▶ _Collected data_
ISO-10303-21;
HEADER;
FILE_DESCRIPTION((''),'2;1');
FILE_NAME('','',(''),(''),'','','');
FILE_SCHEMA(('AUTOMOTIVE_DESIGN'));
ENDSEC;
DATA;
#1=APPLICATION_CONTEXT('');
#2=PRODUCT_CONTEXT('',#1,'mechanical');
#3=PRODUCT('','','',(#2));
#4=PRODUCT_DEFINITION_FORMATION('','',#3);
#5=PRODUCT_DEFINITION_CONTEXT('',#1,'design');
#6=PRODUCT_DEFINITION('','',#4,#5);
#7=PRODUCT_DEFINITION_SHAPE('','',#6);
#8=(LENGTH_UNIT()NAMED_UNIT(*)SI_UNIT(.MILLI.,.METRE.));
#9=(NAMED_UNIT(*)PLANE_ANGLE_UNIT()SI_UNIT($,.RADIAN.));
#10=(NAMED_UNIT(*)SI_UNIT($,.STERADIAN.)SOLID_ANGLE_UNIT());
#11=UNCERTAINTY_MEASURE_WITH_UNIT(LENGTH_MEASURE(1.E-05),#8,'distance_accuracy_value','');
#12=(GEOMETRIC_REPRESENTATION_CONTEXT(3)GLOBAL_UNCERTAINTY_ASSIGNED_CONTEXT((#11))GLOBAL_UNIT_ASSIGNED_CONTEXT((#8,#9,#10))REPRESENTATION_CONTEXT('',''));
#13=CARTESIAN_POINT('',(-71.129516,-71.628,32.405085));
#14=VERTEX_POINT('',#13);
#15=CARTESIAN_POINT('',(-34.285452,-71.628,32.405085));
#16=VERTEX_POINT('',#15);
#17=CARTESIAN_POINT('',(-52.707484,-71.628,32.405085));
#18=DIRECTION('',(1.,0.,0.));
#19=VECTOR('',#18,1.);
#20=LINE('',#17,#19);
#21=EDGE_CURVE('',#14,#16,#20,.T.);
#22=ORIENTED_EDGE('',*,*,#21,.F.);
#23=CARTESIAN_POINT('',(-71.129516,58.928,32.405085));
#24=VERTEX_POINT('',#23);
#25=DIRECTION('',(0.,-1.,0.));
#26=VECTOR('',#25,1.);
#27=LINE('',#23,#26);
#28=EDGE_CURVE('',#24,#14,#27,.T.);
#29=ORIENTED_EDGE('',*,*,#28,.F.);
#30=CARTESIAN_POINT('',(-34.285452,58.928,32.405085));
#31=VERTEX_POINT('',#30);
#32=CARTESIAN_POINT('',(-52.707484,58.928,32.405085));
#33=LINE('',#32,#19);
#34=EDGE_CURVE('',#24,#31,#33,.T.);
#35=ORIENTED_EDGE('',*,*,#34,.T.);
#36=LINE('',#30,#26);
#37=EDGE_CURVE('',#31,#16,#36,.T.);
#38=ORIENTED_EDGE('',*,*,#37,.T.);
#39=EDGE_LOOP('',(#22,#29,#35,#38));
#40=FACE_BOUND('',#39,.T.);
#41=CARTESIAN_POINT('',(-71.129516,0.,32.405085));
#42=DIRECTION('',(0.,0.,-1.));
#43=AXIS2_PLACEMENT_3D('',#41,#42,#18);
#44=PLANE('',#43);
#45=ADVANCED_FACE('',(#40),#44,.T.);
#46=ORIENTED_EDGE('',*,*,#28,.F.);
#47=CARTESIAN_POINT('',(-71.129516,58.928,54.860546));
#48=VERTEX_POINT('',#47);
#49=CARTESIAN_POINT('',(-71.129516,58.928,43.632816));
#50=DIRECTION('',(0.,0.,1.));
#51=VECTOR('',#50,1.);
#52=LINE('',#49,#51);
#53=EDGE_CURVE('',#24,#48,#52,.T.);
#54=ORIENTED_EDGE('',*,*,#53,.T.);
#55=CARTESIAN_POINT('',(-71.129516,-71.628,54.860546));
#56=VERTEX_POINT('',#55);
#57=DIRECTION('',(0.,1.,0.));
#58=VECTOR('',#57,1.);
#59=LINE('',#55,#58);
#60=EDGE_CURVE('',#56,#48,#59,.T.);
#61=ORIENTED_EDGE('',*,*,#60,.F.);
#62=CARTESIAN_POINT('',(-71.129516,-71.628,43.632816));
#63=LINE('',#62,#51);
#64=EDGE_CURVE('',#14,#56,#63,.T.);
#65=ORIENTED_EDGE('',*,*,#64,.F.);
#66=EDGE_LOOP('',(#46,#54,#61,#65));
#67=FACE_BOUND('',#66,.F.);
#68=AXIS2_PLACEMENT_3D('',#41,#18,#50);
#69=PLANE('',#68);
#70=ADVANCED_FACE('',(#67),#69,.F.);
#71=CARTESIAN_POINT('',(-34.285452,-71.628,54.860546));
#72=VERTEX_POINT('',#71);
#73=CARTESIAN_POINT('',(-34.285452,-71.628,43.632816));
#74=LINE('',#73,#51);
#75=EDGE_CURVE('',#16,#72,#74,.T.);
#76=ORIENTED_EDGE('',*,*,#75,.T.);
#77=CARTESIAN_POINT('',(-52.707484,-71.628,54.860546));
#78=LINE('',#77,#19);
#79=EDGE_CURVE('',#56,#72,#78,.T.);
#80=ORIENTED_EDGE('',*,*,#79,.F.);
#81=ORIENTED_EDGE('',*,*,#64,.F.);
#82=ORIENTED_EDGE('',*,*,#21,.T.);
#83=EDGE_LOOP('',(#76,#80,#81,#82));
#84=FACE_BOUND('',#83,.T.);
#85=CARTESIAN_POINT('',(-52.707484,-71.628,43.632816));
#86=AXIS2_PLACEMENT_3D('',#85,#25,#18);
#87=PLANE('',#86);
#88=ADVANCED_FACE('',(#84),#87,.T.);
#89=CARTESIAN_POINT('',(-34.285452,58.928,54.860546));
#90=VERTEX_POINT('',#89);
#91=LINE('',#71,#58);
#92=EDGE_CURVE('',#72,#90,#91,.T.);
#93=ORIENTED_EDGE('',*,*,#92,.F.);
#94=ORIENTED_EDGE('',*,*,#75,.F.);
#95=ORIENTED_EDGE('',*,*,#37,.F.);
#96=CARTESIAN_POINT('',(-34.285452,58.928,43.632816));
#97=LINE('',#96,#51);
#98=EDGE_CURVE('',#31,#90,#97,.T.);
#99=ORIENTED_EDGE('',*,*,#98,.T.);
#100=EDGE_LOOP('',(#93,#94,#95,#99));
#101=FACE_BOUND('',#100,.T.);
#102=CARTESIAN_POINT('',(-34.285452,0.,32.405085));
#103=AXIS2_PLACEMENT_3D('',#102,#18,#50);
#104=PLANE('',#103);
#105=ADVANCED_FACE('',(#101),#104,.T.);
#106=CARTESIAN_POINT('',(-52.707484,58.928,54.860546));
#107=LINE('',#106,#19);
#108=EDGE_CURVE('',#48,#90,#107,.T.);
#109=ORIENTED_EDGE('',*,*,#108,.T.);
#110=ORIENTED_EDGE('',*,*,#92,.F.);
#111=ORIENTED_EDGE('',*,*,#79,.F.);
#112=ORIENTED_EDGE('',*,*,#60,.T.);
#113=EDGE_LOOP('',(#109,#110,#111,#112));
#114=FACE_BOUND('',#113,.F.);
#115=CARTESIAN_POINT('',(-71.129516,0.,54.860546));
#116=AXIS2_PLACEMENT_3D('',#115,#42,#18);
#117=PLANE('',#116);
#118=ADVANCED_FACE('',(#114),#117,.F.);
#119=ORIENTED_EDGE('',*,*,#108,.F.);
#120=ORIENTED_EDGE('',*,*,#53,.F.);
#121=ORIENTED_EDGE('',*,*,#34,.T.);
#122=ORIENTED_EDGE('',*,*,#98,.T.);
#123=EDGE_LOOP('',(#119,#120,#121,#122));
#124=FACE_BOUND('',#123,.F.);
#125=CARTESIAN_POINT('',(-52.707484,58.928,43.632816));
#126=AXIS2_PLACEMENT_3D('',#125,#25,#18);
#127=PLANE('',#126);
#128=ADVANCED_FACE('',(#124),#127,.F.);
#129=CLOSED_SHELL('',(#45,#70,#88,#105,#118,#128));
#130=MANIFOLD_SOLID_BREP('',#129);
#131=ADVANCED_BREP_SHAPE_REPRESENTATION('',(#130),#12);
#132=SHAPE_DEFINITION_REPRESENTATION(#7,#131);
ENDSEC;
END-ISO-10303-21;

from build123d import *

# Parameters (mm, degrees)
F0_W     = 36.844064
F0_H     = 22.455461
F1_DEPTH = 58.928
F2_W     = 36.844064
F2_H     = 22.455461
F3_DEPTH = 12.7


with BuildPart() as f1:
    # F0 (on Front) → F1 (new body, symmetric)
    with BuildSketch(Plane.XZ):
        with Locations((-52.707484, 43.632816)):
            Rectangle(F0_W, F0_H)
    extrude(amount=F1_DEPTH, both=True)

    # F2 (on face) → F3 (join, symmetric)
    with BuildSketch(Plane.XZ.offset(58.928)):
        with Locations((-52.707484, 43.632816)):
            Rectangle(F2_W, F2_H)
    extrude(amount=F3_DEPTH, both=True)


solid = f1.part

...

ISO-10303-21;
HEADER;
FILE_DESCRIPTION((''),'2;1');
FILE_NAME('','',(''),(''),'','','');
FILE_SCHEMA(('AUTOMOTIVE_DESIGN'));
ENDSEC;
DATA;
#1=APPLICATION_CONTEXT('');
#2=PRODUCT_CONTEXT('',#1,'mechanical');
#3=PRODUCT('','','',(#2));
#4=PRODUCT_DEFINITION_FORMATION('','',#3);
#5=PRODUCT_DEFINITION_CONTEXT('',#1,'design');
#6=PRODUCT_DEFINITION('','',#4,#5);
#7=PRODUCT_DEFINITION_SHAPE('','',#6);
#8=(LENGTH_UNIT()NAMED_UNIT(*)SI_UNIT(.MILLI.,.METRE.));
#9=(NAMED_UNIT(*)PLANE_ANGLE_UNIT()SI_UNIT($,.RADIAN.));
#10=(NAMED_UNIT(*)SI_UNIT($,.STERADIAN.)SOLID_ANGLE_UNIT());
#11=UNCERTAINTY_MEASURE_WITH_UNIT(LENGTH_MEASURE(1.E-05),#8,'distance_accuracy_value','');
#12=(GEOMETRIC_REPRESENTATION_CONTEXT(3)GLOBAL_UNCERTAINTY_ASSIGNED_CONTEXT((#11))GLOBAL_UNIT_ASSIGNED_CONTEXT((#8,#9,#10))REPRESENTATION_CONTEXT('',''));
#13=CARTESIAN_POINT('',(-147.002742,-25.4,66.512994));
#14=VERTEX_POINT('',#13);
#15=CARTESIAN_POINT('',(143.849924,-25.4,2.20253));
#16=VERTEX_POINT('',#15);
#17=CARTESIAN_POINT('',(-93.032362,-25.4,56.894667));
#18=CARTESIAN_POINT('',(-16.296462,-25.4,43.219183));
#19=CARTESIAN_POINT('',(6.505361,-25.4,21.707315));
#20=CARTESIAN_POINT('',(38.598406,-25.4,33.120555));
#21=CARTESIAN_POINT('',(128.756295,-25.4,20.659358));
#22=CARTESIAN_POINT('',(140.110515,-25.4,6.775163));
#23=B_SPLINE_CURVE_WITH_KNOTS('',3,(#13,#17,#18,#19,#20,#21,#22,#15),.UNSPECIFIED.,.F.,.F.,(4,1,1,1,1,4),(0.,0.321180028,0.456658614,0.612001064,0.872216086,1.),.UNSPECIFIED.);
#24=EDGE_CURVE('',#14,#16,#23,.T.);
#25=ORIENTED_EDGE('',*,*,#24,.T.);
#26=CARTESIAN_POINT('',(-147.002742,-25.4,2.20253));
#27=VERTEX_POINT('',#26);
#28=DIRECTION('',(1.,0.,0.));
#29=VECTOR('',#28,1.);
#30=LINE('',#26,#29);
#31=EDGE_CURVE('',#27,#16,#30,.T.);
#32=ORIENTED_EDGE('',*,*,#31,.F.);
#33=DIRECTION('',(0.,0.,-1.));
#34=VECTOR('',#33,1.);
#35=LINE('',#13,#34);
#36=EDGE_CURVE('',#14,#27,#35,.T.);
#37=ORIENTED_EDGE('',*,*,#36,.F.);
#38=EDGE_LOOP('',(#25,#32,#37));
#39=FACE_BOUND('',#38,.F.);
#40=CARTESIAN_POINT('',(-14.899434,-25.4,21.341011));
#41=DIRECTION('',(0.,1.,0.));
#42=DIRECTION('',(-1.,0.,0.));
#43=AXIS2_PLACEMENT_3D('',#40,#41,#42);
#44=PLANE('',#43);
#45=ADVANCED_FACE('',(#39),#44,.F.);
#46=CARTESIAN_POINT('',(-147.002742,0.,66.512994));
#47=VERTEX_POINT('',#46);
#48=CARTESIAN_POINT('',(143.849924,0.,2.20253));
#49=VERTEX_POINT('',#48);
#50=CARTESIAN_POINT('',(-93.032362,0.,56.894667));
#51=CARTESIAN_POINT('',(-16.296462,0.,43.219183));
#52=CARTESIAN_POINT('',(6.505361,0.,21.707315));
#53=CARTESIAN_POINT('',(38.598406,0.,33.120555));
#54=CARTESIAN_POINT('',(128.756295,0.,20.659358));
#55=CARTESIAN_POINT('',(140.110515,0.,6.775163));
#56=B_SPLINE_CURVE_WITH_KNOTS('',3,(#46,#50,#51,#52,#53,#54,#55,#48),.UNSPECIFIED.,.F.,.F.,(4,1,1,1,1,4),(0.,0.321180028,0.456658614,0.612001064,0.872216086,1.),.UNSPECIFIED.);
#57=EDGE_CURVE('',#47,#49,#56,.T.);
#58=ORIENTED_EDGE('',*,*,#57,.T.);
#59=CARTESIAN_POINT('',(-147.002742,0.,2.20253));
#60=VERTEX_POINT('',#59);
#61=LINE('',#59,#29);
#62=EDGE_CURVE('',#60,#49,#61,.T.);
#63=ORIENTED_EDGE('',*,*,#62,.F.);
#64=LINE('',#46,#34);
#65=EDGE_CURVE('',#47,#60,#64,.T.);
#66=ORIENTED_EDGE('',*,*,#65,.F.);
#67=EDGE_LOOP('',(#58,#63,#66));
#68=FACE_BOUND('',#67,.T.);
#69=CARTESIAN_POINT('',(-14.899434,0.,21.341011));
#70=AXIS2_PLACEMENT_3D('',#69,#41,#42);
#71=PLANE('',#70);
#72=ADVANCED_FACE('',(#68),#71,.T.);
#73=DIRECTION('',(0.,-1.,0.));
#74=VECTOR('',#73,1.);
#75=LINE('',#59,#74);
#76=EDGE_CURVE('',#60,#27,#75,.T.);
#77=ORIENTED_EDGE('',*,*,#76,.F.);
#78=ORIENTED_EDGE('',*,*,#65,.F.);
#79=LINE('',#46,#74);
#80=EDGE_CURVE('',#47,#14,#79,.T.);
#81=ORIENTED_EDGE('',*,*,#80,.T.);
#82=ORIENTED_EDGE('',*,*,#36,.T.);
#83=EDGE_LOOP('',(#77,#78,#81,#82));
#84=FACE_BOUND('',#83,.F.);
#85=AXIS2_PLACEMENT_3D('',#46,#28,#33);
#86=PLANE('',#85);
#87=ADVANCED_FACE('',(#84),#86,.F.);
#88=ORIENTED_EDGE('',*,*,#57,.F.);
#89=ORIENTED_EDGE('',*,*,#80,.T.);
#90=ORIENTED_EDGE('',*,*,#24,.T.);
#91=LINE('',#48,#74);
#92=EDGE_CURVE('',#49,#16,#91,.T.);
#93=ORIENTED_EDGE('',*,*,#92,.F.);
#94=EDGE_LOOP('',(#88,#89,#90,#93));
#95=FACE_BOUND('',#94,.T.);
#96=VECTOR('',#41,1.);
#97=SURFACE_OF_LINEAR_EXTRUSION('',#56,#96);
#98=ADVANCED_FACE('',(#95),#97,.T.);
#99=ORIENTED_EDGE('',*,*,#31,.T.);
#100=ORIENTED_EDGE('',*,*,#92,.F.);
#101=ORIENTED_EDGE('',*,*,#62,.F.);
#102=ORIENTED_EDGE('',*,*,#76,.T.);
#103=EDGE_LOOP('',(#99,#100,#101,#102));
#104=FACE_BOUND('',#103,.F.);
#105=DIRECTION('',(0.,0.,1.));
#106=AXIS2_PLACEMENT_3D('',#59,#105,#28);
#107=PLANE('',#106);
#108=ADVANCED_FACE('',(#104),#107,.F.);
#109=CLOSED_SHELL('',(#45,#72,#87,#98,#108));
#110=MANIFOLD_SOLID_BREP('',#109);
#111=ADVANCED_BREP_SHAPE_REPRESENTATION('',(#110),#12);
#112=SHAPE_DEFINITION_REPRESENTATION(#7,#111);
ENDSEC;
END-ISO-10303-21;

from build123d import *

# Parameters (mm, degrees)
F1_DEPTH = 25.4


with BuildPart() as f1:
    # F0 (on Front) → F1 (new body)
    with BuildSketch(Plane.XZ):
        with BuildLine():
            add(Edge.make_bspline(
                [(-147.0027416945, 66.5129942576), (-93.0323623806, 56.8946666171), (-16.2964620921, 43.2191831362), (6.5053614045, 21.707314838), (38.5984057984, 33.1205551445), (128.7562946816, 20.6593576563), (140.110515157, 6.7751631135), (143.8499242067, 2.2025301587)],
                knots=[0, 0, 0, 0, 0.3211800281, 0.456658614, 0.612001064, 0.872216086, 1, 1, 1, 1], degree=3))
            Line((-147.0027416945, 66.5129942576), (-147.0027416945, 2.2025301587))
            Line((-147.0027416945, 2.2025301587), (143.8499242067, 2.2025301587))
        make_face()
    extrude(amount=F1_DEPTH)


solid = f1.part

* * *

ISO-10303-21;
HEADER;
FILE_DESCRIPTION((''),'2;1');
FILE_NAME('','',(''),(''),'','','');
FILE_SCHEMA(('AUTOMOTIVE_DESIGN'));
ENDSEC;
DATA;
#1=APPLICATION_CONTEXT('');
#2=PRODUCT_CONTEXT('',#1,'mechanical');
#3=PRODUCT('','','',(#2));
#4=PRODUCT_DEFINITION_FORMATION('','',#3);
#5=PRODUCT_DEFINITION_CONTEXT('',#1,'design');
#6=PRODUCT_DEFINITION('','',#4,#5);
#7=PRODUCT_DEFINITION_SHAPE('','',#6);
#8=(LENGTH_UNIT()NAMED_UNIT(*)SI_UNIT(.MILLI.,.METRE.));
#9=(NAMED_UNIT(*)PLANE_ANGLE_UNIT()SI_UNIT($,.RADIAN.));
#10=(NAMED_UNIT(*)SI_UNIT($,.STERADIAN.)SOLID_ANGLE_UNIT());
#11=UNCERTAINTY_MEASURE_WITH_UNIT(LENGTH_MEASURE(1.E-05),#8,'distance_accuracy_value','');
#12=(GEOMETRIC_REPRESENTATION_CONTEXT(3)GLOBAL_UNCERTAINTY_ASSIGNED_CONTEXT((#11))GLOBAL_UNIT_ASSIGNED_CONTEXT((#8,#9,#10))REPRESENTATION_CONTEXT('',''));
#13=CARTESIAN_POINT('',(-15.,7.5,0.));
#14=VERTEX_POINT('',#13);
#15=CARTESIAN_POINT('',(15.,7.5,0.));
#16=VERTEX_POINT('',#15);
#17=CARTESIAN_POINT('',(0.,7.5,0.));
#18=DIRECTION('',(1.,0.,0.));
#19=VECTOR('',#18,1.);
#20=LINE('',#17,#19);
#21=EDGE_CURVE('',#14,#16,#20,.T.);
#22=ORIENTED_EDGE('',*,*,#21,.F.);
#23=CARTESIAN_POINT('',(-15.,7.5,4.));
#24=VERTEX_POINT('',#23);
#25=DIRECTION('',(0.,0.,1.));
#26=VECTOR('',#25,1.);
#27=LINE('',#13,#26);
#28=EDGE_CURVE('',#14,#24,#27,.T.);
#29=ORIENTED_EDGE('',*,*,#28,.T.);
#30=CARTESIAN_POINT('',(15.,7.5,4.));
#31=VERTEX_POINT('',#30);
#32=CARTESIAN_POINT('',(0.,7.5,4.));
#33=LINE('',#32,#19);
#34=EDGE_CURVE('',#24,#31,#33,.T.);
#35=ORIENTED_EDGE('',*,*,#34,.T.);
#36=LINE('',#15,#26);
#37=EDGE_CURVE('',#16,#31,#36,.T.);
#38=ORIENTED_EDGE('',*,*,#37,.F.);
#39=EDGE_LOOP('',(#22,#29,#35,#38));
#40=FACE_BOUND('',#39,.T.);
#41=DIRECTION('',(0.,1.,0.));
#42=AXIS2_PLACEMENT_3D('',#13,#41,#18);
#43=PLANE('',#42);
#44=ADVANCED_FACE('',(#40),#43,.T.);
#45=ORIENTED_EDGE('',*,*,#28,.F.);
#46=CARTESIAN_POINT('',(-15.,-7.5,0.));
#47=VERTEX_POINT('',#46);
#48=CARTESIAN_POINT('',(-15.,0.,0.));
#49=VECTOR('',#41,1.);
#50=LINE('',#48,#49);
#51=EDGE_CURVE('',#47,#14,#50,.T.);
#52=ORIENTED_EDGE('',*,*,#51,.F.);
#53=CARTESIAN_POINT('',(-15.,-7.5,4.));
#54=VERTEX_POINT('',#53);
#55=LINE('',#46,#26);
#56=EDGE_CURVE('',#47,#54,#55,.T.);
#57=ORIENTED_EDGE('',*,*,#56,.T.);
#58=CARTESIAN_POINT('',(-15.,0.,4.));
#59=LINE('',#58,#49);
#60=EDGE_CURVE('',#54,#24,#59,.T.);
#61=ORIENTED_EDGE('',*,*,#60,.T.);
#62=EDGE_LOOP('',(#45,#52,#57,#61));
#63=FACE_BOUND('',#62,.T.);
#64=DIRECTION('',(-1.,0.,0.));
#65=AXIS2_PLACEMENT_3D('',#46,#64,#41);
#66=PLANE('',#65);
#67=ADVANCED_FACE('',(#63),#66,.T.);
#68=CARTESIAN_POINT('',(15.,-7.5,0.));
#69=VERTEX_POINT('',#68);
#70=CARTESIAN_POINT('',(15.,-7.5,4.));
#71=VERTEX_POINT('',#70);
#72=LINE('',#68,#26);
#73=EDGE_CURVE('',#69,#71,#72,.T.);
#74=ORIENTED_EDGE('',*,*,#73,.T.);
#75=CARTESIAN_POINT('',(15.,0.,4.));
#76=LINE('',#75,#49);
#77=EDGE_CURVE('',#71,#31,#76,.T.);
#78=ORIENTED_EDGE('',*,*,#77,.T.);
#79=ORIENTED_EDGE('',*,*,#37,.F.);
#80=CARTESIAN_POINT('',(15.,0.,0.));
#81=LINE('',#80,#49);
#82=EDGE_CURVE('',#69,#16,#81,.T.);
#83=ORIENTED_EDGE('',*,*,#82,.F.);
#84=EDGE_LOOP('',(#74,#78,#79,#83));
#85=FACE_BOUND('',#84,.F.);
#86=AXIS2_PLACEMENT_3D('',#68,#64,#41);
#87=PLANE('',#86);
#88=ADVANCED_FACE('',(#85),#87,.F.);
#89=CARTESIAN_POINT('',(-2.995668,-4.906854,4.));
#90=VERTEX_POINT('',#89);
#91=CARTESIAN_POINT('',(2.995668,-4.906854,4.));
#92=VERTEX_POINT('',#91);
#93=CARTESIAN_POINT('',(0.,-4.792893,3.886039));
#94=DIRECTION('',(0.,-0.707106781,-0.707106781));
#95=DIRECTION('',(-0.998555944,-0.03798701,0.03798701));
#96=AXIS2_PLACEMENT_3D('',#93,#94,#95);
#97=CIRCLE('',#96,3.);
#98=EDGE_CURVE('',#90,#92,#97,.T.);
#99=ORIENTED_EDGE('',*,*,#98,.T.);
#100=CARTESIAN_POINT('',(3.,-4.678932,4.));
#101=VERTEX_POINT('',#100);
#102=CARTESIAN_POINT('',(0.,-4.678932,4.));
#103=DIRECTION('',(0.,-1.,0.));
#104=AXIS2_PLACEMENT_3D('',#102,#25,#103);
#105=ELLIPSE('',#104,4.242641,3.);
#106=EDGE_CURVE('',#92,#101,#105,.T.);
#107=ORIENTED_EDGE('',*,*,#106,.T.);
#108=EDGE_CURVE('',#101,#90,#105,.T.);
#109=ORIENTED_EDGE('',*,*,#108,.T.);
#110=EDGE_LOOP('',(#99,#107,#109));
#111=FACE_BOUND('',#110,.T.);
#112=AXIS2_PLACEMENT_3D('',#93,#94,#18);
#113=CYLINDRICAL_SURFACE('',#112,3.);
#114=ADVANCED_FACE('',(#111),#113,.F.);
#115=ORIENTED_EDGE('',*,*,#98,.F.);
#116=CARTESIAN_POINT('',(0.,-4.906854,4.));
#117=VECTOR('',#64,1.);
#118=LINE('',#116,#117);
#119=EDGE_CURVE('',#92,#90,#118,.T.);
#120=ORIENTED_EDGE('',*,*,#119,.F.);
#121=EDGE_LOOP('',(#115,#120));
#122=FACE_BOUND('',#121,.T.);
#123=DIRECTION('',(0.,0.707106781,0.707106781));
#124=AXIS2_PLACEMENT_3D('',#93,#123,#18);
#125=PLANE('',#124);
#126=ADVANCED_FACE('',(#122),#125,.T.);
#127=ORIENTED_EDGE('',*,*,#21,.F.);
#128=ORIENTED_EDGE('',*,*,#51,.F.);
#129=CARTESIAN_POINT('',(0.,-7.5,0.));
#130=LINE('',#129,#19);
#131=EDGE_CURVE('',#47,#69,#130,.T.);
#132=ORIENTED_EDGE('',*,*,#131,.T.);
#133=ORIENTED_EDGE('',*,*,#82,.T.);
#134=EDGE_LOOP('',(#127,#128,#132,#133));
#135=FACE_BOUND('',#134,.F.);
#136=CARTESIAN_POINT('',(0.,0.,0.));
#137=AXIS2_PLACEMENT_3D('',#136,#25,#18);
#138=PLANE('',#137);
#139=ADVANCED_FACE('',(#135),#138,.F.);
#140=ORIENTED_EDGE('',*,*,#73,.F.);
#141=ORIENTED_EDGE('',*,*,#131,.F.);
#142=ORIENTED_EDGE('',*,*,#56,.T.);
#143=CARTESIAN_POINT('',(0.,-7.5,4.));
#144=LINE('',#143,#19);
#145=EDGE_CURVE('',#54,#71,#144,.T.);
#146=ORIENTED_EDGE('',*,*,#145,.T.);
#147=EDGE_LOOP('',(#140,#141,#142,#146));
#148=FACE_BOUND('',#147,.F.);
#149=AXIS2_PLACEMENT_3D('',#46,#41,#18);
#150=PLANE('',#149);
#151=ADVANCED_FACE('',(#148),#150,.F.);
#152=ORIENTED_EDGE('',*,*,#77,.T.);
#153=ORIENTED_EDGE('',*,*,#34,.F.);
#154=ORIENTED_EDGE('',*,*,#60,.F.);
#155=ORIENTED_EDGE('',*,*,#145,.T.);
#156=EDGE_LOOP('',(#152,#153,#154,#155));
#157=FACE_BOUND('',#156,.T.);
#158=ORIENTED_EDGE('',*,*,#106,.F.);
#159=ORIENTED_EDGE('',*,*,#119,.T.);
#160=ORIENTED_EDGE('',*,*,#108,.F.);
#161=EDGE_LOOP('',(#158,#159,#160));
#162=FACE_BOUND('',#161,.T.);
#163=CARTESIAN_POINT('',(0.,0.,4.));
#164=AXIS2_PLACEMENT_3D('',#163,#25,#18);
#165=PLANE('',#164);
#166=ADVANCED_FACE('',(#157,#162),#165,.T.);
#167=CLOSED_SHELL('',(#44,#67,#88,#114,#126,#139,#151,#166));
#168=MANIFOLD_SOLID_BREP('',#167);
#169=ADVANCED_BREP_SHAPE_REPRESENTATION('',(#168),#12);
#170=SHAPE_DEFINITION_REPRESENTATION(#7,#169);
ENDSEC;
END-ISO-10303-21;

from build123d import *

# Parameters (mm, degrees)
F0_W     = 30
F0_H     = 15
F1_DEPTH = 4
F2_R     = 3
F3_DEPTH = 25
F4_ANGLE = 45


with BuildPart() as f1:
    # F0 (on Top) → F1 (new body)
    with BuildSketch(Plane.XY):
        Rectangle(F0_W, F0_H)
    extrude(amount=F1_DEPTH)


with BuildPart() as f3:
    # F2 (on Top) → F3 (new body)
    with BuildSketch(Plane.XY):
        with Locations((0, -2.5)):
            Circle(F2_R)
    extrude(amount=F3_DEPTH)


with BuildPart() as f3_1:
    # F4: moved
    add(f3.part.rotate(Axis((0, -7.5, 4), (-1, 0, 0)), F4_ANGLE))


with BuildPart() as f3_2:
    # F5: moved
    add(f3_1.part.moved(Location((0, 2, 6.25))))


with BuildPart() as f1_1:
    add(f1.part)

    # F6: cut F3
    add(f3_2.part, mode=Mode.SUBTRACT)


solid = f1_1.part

▶ _Exercise_
Write down exactly the span of lines above from the one containing "#98=EDGE_CURVE('',#90,#92,#97,.T.);" to the one containing "#145=EDGE_CURVE('',#54,#71,#144,.T.);", both ends included.

▶ _Exercise output_
#98=EDGE_CURVE('',#90,#92,#97,.T.);
#99=ORIENTED_EDGE('',*,*,#98,.T.);
#100=CARTESIAN_POINT('',(3.,-4.678932,4.));
#101=VERTEX_POINT('',#100);
#102=CARTESIAN_POINT('',(0.,-4.678932,4.));
#103=DIRECTION('',(0.,-1.,0.));
#104=AXIS2_PLACEMENT_3D('',#102,#25,#103);
#105=ELLIPSE('',#104,4.242641,3.);
#106=EDGE_CURVE('',#92,#101,#105,.T.);
#107=ORIENTED_EDGE('',*,*,#106,.T.);
#108=EDGE_CURVE('',#101,#90,#105,.T.);
#109=ORIENTED_EDGE('',*,*,#108,.T.);
#110=EDGE_LOOP('',(#99,#107,#109));
#111=FACE_BOUND('',#110,.T.);
#112=AXIS2_PLACEMENT_3D('',#93,#94,#18);
#113=CYLINDRICAL_SURFACE('',#112,3.);
#114=ADVANCED_FACE('',(#111),#113,.F.);
#115=ORIENTED_EDGE('',*,*,#98,.F.);
#116=CARTESIAN_POINT('',(0.,-4.906854,4.));
#117=VECTOR('',#64,1.);
#118=LINE('',#116,#117);
#119=EDGE_CURVE('',#92,#90,#118,.T.);
#120=ORIENTED_EDGE('',*,*,#119,.F.);
#121=EDGE_LOOP('',(#115,#120));
#122=FACE_BOUND('',#121,.T.);
#123=DIRECTION('',(0.,0.707106781,0.707106781));
#124=AXIS2_PLACEMENT_3D('',#93,#123,#18);
#125=PLANE('',#124);
#126=ADVANCED_FACE('',(#122),#125,.T.);
#127=ORIENTED_EDGE('',*,*,#21,.F.);
#128=ORIENTED_EDGE('',*,*,#51,.F.);
#129=CARTESIAN_POINT('',(0.,-7.5,0.));
#130=LINE('',#129,#19);
#131=EDGE_CURVE('',#47,#69,#130,.T.);
#132=ORIENTED_EDGE('',*,*,#131,.T.);
#133=ORIENTED_EDGE('',*,*,#82,.T.);
#134=EDGE_LOOP('',(#127,#128,#132,#133));
#135=FACE_BOUND('',#134,.F.);
#136=CARTESIAN_POINT('',(0.,0.,0.));
#137=AXIS2_PLACEMENT_3D('',#136,#25,#18);
#138=PLANE('',#137);
#139=ADVANCED_FACE('',(#135),#138,.F.);
#140=ORIENTED_EDGE('',*,*,#73,.F.);
#141=ORIENTED_EDGE('',*,*,#131,.F.);
#142=ORIENTED_EDGE('',*,*,#56,.T.);
#143=CARTESIAN_POINT('',(0.,-7.5,4.));
#144=LINE('',#143,#19);
#145=EDGE_CURVE('',#54,#71,#144,.T.);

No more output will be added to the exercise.